# Sadie kidded last up Sweet Pea 132



## StaceyRosado (Oct 5, 2007)

YES I have 4 does due all around the end of this month :hair: 

Ziva day 135 is a second freshener 3 year old - had triplets as a FF (is one of quads herself)
Bred to two bucks so kids will just be pets most likely (I have people wanting pet goats)

Angie day 133 - third freshener 4 year old (she had a year off last year). looking like triplets!! SO excited about this breeding to Phoenix Rising Knight Rider *S *M!!!!! Only taking reservations on possible bucks if her udder is good enough. One doe will be retained and I have a reservation for the second doe.

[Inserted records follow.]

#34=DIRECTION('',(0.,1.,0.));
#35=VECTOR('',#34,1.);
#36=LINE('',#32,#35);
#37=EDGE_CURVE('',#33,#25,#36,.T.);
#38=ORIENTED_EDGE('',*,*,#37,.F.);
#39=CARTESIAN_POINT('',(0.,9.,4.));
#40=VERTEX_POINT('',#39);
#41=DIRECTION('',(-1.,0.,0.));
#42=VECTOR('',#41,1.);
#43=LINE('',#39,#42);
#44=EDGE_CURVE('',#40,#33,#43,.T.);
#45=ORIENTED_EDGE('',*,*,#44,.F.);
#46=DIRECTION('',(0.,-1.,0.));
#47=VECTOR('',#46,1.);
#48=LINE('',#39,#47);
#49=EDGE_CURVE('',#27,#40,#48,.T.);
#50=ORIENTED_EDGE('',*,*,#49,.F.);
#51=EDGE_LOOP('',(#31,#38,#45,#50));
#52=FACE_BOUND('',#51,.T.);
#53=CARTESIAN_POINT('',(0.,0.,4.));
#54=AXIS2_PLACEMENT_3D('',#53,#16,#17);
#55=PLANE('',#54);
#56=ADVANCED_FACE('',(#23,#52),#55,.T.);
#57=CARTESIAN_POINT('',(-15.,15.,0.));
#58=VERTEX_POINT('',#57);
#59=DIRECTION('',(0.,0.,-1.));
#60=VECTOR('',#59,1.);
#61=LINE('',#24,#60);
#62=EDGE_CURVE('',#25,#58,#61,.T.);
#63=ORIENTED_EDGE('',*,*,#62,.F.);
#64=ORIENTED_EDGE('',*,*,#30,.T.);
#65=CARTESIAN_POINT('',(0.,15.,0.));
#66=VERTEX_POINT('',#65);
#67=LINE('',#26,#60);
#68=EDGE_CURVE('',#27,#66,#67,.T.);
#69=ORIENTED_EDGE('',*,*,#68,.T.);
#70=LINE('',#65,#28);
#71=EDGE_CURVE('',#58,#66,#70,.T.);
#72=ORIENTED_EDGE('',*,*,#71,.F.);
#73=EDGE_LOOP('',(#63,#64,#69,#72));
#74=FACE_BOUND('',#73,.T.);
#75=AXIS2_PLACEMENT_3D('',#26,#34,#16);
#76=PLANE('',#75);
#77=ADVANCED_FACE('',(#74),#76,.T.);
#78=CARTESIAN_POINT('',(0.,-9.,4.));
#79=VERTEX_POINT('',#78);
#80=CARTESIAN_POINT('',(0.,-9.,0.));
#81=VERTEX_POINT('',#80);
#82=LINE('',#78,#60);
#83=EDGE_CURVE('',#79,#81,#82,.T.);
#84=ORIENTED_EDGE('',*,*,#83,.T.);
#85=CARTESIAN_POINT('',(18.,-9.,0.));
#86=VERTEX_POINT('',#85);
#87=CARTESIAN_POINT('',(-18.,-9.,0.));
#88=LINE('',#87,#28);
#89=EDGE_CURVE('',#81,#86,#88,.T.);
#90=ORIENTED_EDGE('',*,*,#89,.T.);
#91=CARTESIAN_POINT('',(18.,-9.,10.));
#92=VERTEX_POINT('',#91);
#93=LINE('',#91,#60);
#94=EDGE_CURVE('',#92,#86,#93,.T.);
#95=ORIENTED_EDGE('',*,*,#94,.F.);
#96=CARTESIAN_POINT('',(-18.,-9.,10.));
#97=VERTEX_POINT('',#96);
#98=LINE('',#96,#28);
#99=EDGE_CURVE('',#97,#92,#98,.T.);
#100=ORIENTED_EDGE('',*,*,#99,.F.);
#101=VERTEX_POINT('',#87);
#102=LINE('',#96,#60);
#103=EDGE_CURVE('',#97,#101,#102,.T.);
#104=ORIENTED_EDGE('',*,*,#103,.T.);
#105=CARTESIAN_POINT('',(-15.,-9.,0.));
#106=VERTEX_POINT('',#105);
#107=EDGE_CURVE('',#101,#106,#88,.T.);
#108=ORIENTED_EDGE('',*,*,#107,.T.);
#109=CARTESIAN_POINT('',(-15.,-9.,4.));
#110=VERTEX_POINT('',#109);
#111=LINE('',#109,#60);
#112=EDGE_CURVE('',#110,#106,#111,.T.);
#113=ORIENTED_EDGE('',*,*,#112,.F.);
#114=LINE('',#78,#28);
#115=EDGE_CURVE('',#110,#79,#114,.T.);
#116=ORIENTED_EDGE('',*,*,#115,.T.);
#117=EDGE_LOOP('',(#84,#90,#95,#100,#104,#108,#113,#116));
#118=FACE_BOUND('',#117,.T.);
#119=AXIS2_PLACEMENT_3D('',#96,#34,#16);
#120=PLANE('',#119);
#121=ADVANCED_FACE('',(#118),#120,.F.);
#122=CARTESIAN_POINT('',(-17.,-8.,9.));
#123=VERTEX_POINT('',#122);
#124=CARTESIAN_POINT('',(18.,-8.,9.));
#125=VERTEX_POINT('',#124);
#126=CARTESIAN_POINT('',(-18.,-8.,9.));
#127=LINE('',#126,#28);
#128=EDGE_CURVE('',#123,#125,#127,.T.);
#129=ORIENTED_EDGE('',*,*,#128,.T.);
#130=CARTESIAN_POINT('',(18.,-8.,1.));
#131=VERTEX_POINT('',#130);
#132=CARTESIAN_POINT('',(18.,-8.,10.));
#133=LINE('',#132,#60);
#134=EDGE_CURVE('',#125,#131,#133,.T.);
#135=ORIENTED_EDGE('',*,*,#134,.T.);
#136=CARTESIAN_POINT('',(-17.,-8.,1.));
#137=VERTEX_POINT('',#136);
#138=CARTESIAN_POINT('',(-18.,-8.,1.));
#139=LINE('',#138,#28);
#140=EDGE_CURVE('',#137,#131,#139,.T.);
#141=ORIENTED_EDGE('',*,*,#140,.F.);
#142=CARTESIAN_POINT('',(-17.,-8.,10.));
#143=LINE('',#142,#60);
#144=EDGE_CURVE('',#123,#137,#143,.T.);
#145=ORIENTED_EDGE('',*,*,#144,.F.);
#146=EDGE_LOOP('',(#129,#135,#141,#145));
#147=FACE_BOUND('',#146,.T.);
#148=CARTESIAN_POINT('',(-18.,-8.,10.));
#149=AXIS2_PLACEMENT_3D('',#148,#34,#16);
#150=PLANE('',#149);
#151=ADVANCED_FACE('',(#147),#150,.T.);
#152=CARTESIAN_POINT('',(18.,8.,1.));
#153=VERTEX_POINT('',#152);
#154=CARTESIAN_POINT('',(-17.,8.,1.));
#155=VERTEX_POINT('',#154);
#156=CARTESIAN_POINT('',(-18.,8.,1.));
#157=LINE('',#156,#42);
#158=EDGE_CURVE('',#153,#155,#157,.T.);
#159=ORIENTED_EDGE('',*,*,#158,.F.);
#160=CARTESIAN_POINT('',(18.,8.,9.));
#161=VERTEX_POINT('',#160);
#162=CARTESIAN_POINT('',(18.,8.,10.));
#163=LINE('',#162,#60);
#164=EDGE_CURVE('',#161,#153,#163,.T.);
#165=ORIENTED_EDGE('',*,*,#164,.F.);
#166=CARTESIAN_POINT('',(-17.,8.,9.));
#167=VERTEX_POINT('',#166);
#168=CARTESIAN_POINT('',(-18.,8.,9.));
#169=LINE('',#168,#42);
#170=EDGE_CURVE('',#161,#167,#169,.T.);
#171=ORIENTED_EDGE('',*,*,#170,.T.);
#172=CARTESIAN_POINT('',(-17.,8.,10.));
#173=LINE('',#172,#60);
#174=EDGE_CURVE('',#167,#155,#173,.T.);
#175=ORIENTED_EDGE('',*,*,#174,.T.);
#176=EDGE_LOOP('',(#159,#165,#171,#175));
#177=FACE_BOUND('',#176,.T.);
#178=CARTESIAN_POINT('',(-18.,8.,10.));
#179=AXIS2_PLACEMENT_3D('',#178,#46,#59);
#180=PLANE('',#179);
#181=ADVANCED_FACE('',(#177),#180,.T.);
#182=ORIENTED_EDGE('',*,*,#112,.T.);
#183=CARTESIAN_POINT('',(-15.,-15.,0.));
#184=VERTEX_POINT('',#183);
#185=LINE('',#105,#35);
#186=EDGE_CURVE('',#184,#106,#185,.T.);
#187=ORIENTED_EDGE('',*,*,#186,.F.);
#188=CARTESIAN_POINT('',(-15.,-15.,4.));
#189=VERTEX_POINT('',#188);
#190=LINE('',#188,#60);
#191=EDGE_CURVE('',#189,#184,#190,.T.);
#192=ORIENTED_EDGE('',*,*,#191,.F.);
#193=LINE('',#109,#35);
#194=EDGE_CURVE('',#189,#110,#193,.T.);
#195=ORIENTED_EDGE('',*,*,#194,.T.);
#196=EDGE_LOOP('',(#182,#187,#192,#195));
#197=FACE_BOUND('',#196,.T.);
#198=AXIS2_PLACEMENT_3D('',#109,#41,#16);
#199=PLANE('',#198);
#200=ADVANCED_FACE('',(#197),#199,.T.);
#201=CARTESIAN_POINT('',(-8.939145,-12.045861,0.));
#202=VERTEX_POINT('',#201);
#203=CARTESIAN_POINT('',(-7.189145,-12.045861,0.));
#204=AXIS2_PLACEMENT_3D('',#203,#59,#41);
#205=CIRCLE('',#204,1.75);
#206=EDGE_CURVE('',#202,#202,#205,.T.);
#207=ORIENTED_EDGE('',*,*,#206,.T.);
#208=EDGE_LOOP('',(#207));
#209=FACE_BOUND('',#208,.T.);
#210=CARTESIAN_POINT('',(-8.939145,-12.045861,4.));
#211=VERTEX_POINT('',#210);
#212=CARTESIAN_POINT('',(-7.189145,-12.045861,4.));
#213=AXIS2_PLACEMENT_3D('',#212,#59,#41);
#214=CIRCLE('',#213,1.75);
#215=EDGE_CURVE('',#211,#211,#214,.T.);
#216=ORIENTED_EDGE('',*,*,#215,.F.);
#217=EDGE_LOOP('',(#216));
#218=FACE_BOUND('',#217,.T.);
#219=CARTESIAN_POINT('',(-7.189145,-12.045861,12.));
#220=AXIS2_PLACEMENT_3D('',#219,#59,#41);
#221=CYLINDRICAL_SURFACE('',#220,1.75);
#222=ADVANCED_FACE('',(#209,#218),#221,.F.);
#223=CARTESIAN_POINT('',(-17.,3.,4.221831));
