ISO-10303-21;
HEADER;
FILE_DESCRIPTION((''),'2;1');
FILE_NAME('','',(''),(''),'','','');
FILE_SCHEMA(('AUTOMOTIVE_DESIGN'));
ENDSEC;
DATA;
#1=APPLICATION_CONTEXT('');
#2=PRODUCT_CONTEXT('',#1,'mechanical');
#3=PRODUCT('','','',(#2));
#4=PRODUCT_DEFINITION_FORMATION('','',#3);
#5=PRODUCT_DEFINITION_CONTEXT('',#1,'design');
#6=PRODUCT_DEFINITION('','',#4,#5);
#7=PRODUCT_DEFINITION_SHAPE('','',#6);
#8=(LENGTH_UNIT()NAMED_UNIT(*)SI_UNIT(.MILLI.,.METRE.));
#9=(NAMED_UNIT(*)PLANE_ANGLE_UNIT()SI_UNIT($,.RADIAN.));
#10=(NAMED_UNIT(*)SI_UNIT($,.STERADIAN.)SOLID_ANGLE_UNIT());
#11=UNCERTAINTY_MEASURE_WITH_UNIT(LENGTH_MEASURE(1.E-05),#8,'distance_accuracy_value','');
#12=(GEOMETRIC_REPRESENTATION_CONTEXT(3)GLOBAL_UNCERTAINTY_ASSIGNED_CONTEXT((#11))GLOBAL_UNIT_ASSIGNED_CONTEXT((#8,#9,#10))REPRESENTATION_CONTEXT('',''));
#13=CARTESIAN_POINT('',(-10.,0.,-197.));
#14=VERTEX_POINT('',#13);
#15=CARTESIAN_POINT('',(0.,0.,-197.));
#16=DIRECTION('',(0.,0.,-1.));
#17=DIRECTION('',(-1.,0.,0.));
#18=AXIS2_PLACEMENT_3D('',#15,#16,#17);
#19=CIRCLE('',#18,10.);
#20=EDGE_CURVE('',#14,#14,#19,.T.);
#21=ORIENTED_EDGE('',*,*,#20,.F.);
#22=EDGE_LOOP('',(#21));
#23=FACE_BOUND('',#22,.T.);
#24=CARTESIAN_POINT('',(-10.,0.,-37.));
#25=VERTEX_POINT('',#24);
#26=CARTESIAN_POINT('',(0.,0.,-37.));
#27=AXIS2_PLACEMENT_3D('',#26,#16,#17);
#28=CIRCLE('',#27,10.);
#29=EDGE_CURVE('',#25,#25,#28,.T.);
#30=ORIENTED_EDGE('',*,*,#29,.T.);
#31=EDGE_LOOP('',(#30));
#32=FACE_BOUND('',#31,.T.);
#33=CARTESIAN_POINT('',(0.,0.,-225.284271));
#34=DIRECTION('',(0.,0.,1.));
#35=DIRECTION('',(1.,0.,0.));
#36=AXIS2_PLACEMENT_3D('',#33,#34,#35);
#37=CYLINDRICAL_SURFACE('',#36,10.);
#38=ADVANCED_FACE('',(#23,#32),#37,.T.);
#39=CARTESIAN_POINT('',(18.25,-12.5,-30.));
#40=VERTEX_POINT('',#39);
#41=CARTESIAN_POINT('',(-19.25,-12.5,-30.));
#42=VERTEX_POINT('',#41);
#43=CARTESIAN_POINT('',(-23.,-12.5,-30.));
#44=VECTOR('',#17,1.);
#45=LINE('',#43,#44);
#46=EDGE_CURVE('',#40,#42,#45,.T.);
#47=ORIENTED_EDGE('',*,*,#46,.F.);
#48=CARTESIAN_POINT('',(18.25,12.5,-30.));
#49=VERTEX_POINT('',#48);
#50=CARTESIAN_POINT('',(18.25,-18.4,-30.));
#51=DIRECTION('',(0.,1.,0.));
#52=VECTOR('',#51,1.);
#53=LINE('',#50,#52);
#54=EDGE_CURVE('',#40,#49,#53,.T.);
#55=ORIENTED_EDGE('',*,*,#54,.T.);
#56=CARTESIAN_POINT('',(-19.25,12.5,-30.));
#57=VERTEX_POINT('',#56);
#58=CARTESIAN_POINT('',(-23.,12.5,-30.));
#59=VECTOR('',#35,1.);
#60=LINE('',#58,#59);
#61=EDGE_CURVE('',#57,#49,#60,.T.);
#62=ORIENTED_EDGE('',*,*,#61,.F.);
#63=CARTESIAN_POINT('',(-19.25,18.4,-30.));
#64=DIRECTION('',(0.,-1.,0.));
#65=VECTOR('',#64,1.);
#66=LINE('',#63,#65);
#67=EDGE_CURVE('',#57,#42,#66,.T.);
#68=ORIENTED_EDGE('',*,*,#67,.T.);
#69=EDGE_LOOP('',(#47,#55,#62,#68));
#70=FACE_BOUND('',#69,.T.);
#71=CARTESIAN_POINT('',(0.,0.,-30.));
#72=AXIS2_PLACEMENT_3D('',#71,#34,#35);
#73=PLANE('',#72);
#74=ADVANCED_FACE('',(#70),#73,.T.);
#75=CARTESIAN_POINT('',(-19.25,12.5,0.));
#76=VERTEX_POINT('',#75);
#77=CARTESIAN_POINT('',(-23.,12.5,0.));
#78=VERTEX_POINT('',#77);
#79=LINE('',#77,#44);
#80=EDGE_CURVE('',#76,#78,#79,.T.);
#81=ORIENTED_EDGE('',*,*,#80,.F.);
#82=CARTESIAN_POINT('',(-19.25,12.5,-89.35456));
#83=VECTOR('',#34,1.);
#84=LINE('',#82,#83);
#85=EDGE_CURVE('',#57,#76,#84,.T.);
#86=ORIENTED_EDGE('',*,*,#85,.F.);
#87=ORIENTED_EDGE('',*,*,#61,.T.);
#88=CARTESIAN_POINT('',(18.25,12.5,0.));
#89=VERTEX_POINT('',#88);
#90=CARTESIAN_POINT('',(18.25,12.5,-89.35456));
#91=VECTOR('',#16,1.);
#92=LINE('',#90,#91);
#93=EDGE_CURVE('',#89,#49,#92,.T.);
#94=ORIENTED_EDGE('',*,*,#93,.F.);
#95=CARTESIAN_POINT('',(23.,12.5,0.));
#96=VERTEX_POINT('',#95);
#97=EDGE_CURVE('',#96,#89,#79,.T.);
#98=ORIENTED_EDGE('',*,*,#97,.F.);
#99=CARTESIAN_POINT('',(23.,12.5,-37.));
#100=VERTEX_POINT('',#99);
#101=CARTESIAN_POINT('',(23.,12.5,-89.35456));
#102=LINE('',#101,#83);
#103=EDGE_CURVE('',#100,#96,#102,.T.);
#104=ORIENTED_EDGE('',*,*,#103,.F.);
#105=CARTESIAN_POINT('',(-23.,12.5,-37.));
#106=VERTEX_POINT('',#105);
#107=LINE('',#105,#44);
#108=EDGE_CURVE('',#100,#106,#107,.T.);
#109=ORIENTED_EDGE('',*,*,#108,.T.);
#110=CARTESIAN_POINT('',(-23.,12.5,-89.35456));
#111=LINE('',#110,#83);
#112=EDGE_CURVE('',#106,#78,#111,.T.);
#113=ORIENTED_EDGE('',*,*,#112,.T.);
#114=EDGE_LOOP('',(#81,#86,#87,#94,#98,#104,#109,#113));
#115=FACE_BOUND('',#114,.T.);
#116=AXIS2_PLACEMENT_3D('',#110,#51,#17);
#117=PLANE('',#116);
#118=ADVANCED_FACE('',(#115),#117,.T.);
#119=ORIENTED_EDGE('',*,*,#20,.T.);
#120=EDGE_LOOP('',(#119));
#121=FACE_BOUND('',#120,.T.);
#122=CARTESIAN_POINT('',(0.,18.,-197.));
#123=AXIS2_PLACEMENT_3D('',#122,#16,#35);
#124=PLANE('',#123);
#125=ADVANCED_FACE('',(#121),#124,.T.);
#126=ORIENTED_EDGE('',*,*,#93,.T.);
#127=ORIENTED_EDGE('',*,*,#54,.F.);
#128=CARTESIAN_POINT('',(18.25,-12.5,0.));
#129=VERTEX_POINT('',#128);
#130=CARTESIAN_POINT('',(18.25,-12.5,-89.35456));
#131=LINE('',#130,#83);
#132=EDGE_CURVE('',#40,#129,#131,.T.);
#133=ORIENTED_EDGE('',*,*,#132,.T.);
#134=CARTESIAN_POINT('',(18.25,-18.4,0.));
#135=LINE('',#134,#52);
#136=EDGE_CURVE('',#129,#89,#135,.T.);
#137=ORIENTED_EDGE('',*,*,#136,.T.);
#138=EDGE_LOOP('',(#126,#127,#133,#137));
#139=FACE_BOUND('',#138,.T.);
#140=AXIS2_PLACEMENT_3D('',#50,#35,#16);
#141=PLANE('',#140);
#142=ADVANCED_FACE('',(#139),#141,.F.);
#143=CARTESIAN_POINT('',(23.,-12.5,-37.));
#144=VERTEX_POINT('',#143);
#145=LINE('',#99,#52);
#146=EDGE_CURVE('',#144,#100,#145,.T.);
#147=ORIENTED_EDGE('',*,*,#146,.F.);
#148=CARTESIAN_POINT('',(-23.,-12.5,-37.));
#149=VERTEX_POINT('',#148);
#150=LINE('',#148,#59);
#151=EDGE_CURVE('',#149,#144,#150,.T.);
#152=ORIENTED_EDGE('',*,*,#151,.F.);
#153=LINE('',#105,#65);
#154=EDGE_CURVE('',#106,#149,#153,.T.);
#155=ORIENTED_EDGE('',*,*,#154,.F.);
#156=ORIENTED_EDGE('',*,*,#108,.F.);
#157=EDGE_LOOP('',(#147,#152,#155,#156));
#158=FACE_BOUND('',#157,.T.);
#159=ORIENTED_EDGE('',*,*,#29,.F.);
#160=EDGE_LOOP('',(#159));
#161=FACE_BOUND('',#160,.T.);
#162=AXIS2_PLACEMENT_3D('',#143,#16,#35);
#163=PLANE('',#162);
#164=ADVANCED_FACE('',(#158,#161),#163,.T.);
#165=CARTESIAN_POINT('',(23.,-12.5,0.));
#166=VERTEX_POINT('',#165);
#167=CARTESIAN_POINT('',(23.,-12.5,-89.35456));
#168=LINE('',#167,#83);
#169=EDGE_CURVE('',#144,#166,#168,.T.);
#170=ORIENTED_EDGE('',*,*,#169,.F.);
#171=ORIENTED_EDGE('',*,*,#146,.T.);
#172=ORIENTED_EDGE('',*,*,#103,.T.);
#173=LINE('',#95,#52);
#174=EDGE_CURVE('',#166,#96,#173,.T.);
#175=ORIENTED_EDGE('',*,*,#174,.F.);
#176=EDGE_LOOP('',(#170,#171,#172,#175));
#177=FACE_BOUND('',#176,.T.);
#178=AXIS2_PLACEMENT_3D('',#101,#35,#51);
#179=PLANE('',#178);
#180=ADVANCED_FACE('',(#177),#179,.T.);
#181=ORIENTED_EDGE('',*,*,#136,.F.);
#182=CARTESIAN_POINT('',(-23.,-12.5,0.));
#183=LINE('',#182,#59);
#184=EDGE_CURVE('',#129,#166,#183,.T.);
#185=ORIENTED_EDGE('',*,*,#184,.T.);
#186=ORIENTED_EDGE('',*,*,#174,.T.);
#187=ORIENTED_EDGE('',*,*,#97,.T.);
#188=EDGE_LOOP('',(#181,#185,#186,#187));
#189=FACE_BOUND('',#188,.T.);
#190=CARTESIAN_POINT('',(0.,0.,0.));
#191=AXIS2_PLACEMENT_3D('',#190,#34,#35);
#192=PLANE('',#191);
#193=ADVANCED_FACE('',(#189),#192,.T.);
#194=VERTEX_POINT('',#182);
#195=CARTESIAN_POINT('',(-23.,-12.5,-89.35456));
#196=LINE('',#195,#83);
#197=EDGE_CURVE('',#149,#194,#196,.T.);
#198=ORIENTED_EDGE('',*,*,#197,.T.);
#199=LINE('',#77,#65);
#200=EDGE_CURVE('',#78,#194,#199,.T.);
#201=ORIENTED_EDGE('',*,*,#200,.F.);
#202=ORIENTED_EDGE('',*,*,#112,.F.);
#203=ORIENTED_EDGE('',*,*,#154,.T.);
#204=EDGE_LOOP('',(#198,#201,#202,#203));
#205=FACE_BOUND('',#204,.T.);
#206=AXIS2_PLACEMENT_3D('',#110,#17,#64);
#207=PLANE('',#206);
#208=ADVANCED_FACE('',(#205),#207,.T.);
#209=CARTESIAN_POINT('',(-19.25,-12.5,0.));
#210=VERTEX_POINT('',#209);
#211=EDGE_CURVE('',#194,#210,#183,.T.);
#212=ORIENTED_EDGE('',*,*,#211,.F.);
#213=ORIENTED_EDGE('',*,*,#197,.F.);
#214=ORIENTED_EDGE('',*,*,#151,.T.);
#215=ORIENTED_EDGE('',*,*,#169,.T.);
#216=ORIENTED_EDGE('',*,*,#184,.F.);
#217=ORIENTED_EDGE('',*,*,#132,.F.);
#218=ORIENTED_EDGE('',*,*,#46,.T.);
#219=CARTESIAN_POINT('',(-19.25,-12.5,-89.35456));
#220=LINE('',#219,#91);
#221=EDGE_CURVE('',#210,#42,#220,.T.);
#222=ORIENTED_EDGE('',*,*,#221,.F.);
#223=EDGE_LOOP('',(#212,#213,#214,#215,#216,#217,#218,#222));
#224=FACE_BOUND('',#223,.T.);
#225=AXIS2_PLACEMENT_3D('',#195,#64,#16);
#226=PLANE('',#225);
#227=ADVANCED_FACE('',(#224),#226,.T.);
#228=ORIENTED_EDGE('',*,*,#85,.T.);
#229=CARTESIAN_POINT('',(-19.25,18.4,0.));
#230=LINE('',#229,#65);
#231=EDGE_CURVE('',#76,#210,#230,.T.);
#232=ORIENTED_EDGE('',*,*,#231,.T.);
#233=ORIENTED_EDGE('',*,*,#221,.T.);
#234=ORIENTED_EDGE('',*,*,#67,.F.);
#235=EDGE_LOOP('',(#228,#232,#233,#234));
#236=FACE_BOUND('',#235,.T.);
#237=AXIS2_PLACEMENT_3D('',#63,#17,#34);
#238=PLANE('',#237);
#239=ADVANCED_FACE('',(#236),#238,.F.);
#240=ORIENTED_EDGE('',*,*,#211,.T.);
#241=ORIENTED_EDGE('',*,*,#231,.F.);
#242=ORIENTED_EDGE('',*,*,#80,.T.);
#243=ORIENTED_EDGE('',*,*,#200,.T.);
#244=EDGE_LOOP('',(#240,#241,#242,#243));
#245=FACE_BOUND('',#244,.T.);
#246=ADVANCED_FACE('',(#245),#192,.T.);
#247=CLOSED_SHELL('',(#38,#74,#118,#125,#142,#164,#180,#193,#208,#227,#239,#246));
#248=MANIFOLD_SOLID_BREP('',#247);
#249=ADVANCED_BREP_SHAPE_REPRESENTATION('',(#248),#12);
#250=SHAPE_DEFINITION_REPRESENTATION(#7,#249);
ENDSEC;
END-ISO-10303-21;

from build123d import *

# Parameters (mm, degrees)
SKETCH1_W           = 46
SKETCH1_H           = 25
BOSS_EXTRUDE1_DEPTH = 37
SKETCH2_R           = 10
BOSS_EXTRUDE2_DEPTH = 160
SKETCH3_W           = 37.5
SKETCH3_H           = 36.8
CUT_EXTRUDE1_DEPTH  = 30


with BuildPart() as part:
    # Sketch1 → Boss-Extrude1 (new body)
    with BuildSketch(Plane.XY):
        Rectangle(SKETCH1_W, SKETCH1_H)
    extrude(amount=-BOSS_EXTRUDE1_DEPTH)

    # Sketch2 → Boss-Extrude2 (add)
    with BuildSketch(Plane(origin=(0, 0, -37), x_dir=(-1, 0, 0), z_dir=(0, 0, -1))):
        Circle(SKETCH2_R)
    extrude(amount=BOSS_EXTRUDE2_DEPTH)

    # Sketch3 → Cut-Extrude1 (cut)
    with BuildSketch(Plane.XY):
        with Locations((-0.5, 0)):
            Rectangle(SKETCH3_W, SKETCH3_H)
    extrude(amount=-CUT_EXTRUDE1_DEPTH, mode=Mode.SUBTRACT)


solid = part.part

Flash Point day 130 - this will be her first freshening. She is Angie's granddaugher and I love her a lot and Im so hoping I have Ashely here when she kids! She is bred to my buck End of The Line WithMyBootsOn - Boots was sold to a lady out in Washington state so these are his only kids for me. 

Sadie day 127 - third freshening 4 year old - she is just a gorgeous little doe and I hope she gives me a blue eyed buck to retain before I sell her  she and the rest of the herd dont get along, she gets pushed around A LOT! Ive had her over a year now and she still hasnt integrated into the herd  so I worry about her a ton. But so far she looks healthy and happy enough. Sadie is bred to Irish Whisper Puff Daddy.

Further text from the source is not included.